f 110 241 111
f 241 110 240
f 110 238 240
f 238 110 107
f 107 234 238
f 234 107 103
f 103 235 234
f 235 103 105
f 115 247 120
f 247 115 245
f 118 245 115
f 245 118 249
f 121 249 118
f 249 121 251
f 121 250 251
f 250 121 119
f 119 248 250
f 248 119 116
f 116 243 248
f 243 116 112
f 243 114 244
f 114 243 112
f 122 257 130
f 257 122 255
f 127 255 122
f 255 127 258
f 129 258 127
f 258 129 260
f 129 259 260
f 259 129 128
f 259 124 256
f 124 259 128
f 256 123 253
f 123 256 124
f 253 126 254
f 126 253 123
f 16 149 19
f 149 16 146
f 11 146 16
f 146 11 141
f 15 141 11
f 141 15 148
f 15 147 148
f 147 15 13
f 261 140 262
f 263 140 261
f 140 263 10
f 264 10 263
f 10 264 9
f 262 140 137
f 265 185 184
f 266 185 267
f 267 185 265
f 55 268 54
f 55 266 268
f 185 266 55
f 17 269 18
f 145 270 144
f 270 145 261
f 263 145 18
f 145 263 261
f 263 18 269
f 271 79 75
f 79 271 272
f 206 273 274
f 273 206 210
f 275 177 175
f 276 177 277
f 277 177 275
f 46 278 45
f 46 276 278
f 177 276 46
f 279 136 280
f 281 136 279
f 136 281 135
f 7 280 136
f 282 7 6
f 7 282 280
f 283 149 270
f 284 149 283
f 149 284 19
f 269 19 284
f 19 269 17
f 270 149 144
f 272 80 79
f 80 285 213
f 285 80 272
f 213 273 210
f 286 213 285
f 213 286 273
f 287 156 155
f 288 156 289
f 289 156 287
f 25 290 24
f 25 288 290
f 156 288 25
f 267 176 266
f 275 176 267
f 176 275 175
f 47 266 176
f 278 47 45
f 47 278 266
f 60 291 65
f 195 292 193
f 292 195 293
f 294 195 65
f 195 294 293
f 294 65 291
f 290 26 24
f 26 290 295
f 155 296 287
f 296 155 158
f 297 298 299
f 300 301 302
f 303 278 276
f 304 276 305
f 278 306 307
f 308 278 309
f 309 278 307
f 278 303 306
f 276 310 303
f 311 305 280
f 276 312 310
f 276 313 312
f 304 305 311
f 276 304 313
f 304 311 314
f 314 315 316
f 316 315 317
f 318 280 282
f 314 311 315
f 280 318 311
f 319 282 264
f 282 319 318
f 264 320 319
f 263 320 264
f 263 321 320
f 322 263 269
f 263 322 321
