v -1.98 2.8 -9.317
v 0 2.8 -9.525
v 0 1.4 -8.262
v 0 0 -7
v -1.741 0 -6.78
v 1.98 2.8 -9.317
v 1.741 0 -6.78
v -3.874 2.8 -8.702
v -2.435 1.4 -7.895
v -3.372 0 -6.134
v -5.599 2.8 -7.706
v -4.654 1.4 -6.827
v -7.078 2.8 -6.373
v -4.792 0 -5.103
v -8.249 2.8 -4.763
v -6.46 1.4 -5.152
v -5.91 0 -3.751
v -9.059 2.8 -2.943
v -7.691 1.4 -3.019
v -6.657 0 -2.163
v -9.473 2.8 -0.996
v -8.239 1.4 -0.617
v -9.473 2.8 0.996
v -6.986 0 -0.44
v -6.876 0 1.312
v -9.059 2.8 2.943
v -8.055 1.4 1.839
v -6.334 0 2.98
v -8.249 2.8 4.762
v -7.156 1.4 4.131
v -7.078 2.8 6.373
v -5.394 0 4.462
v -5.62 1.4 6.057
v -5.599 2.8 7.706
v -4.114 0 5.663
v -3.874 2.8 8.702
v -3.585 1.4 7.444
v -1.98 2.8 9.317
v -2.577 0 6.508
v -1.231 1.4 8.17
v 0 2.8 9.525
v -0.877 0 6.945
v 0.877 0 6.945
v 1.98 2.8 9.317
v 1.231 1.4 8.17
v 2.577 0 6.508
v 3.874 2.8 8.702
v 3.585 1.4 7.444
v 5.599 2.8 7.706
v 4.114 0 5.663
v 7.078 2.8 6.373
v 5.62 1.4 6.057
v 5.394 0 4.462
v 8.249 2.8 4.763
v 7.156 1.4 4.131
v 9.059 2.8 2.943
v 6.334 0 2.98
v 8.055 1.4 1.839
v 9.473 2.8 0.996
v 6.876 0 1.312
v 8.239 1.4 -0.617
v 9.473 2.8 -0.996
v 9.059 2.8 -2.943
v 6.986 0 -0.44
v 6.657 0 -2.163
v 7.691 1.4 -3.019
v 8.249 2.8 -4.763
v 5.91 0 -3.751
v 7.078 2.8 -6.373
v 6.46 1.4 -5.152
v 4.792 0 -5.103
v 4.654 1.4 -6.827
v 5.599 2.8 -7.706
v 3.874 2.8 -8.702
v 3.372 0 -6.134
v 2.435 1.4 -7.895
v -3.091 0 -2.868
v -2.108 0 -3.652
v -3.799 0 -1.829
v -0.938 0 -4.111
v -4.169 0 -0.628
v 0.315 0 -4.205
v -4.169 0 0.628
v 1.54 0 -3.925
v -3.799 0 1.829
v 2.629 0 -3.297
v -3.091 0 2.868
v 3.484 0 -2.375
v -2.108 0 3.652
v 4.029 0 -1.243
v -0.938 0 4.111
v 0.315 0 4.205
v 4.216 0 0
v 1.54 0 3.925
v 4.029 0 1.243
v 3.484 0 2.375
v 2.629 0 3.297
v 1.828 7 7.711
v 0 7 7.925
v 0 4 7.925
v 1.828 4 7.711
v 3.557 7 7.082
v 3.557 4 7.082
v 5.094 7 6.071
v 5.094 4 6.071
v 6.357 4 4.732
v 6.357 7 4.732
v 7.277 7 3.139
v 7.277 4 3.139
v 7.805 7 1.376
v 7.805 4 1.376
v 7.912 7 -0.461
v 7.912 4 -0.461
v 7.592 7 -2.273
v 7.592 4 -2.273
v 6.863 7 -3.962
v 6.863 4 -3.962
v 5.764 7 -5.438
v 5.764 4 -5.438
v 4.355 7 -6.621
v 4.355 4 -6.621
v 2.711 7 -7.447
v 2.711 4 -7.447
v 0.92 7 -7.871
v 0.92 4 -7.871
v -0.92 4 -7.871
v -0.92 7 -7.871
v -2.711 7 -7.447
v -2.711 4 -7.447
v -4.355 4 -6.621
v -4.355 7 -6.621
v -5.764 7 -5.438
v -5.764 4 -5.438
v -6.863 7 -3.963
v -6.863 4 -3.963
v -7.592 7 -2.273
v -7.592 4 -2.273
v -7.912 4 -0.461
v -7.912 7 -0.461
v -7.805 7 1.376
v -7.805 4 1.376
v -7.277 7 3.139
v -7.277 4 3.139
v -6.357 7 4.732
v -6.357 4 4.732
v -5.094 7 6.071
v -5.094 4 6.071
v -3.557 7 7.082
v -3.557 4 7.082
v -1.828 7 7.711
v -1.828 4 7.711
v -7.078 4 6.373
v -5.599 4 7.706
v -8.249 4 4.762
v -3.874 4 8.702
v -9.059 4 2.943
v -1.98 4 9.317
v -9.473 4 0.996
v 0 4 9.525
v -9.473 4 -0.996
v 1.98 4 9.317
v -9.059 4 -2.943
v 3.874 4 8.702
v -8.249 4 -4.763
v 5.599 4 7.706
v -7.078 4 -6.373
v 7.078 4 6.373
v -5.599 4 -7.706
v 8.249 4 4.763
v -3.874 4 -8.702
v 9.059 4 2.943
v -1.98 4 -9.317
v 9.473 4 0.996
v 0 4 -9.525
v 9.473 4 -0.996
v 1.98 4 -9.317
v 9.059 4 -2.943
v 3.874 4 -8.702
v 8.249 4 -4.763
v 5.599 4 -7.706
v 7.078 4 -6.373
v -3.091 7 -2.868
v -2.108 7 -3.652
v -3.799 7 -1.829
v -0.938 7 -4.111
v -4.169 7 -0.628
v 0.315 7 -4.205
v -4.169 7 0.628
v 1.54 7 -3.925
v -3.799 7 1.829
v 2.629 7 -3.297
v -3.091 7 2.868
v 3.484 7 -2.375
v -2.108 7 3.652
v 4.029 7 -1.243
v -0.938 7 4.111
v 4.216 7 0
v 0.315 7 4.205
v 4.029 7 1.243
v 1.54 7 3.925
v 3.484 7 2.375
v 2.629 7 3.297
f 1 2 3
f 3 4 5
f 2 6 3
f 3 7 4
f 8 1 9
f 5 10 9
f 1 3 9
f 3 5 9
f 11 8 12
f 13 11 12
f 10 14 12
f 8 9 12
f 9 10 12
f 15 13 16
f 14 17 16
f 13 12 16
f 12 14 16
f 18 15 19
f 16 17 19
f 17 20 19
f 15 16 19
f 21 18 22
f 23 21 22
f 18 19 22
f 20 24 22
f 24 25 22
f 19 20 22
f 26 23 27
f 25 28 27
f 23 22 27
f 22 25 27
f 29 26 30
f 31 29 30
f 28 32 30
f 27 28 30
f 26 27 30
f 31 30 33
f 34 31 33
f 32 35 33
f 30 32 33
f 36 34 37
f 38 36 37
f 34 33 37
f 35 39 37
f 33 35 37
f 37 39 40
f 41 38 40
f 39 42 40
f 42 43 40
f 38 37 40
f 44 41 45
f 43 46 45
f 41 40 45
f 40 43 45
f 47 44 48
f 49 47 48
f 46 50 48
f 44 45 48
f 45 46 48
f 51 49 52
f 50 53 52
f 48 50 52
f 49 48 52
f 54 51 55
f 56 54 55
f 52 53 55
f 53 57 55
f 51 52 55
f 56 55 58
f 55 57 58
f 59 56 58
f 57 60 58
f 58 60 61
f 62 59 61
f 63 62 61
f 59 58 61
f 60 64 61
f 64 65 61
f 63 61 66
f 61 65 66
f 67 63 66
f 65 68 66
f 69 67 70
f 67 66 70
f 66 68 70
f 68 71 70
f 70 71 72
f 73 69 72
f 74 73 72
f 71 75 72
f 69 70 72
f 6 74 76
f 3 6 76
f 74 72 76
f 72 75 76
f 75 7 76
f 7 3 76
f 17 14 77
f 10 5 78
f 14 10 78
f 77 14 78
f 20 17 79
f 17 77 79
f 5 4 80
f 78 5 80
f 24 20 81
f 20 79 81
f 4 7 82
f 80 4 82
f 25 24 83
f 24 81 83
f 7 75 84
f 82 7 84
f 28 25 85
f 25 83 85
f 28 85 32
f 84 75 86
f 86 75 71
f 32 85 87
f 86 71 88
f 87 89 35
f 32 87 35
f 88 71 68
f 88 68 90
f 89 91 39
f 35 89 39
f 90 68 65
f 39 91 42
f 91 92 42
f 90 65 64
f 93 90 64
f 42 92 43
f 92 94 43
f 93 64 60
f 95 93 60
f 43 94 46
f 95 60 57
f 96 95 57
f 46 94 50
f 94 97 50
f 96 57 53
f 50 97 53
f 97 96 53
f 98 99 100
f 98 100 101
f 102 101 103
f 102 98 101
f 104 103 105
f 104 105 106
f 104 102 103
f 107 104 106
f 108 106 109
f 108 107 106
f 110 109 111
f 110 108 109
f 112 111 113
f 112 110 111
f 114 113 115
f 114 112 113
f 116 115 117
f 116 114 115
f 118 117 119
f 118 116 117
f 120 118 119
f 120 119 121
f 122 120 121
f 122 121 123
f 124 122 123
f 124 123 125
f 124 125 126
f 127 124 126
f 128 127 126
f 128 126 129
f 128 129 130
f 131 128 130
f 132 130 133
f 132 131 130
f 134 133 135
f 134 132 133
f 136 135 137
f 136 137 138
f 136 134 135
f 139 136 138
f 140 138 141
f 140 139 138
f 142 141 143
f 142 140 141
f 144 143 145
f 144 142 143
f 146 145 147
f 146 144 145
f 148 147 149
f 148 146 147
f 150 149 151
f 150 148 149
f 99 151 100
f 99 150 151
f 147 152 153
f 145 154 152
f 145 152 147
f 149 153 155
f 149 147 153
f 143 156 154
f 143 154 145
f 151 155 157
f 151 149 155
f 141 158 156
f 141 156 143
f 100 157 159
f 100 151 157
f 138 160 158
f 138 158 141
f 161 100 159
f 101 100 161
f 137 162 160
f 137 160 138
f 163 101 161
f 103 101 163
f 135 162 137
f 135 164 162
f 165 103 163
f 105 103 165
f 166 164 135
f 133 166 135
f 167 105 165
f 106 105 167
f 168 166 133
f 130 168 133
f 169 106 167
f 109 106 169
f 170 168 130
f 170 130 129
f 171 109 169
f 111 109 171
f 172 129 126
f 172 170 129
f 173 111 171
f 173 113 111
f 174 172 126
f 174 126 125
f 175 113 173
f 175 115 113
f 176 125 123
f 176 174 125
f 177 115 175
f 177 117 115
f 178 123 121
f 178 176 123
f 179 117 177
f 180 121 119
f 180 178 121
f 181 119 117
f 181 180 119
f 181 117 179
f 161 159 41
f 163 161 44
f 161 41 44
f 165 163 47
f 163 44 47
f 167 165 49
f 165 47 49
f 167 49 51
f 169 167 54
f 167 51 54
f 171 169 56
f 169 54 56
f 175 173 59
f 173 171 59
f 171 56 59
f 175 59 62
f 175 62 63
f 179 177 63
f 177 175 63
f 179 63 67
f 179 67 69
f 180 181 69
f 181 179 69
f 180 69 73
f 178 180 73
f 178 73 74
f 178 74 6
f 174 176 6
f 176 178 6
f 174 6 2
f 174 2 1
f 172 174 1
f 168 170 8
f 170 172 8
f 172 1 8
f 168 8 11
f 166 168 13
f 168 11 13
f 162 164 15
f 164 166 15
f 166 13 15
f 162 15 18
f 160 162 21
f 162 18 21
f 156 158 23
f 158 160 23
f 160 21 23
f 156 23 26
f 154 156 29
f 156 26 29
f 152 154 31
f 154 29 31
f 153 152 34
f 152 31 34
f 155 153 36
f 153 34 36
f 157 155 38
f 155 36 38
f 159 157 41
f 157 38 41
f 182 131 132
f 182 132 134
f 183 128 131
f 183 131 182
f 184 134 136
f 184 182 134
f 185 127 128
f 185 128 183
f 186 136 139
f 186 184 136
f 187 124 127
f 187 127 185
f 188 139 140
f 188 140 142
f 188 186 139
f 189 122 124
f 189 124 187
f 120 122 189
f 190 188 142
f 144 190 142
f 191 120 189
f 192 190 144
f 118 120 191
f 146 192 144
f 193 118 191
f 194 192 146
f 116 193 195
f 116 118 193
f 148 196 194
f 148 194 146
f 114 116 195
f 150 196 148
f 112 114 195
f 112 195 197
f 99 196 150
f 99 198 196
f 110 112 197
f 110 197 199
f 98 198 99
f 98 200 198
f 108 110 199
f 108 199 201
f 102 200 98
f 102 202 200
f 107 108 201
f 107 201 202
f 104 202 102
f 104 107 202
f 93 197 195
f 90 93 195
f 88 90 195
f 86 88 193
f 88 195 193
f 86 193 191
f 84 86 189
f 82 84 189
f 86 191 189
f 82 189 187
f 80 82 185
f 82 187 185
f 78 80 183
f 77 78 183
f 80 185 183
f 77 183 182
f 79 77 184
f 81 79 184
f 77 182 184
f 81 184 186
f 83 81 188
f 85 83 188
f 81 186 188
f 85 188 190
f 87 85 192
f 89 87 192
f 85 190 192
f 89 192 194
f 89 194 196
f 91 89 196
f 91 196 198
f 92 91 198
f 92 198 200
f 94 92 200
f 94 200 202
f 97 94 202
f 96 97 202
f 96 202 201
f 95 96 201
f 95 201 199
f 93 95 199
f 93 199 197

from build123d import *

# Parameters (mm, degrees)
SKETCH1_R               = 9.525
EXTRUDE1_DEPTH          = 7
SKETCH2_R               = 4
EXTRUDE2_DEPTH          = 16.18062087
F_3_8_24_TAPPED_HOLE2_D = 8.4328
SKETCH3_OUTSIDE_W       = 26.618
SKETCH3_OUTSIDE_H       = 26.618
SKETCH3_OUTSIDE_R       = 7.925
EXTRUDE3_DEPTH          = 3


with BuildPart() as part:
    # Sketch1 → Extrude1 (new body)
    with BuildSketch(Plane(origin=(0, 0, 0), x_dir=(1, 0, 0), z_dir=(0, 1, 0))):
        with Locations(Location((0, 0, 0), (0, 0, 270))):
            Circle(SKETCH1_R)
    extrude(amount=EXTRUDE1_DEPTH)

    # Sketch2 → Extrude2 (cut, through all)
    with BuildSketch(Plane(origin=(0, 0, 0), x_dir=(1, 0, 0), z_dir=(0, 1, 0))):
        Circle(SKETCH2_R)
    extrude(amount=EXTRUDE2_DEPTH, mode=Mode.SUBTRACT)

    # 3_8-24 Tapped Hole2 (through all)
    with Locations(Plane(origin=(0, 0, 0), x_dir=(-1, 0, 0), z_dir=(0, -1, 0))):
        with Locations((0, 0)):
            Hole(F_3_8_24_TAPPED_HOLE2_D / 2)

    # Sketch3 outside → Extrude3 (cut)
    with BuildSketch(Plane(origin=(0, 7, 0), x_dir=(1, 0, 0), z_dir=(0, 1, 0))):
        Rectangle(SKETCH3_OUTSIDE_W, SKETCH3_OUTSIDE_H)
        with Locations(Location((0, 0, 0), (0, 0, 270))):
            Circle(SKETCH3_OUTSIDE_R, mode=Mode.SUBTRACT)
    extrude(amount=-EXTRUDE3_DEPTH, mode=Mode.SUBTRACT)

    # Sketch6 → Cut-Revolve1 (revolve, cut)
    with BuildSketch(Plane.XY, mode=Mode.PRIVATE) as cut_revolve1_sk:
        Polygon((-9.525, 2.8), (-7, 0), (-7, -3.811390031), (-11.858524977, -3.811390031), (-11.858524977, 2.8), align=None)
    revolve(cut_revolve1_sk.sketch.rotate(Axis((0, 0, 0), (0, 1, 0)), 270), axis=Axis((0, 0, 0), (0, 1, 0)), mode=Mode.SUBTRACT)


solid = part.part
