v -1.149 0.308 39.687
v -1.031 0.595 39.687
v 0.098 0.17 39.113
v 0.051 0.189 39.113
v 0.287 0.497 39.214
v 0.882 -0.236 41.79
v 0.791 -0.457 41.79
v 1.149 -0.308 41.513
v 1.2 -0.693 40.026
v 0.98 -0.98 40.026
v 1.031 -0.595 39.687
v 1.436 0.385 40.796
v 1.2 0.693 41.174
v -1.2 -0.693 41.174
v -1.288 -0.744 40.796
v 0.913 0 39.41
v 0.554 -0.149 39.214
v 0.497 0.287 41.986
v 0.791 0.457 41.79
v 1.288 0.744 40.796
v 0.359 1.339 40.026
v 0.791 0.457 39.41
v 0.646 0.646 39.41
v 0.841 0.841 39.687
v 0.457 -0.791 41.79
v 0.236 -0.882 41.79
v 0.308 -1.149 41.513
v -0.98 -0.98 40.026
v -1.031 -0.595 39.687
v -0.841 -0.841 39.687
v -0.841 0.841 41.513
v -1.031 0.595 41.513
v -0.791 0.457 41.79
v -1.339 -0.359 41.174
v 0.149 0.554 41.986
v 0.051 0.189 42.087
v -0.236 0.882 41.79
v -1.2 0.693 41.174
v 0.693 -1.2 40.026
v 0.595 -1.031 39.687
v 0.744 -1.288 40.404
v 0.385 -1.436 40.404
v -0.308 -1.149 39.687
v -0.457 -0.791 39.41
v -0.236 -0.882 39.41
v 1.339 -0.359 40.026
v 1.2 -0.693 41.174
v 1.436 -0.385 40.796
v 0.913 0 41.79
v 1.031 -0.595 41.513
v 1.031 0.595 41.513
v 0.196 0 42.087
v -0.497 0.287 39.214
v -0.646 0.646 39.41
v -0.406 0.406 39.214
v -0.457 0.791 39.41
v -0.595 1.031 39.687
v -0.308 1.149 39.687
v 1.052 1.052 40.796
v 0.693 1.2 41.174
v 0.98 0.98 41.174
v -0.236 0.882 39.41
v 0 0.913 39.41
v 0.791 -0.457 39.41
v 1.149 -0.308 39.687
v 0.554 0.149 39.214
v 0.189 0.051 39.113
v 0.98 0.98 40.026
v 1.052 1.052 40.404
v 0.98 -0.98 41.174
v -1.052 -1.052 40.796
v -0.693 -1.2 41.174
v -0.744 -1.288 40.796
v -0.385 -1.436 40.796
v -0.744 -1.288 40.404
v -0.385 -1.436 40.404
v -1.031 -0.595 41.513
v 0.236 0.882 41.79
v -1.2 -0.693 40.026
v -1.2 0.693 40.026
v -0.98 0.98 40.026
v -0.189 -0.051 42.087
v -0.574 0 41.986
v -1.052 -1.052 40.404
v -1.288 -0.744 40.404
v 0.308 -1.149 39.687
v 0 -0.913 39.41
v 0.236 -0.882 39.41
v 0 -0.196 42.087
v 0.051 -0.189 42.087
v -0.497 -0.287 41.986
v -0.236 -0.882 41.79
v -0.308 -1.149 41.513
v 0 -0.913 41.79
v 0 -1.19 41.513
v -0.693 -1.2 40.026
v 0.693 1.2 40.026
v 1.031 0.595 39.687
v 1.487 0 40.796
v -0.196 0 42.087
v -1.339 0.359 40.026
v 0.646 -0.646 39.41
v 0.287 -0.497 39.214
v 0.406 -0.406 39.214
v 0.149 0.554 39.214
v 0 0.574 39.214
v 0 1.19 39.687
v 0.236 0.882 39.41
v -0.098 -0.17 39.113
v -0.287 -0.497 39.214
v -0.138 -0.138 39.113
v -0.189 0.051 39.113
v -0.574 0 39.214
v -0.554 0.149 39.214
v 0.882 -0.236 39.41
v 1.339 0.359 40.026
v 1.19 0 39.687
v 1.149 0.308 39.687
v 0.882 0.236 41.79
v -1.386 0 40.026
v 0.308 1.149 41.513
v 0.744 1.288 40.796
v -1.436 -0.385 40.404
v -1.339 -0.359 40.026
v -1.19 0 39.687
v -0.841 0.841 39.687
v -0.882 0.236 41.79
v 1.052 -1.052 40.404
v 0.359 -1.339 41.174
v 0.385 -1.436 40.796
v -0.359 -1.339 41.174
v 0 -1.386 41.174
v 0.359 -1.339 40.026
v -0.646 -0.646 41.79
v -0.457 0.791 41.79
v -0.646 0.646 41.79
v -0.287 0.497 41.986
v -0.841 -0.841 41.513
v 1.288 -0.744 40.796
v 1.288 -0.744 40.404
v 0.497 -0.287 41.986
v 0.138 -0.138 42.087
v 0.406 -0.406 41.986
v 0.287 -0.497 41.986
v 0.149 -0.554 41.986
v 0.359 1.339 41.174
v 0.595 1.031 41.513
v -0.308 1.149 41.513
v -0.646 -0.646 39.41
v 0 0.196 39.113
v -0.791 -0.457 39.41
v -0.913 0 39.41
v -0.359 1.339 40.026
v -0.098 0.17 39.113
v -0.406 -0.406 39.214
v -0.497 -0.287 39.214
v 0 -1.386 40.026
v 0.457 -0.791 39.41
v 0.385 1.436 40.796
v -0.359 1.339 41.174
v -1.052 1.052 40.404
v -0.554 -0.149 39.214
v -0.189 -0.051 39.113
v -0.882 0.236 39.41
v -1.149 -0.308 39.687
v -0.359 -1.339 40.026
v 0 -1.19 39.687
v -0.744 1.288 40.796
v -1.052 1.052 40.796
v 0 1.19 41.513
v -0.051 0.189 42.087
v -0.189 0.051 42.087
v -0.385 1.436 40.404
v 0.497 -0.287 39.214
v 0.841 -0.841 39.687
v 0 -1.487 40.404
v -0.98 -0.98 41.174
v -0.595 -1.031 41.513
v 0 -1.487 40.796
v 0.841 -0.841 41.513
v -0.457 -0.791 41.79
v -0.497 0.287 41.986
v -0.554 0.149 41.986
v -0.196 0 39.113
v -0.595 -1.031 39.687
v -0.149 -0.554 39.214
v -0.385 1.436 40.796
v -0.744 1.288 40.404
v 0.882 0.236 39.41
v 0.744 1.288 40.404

_WORK TASK_
Nothing but the lines from the start of the data through the line holding "f 248 119 116" should be restated, and each one exactly.

_SOLUTION FOR THIS TASK_
f 110 241 111
f 241 110 240
f 110 238 240
f 238 110 107
f 107 234 238
f 234 107 103
f 103 235 234
f 235 103 105
f 115 247 120
f 247 115 245
f 118 245 115
f 245 118 249
f 121 249 118
f 249 121 251
f 121 250 251
f 250 121 119
f 119 248 250
f 248 119 116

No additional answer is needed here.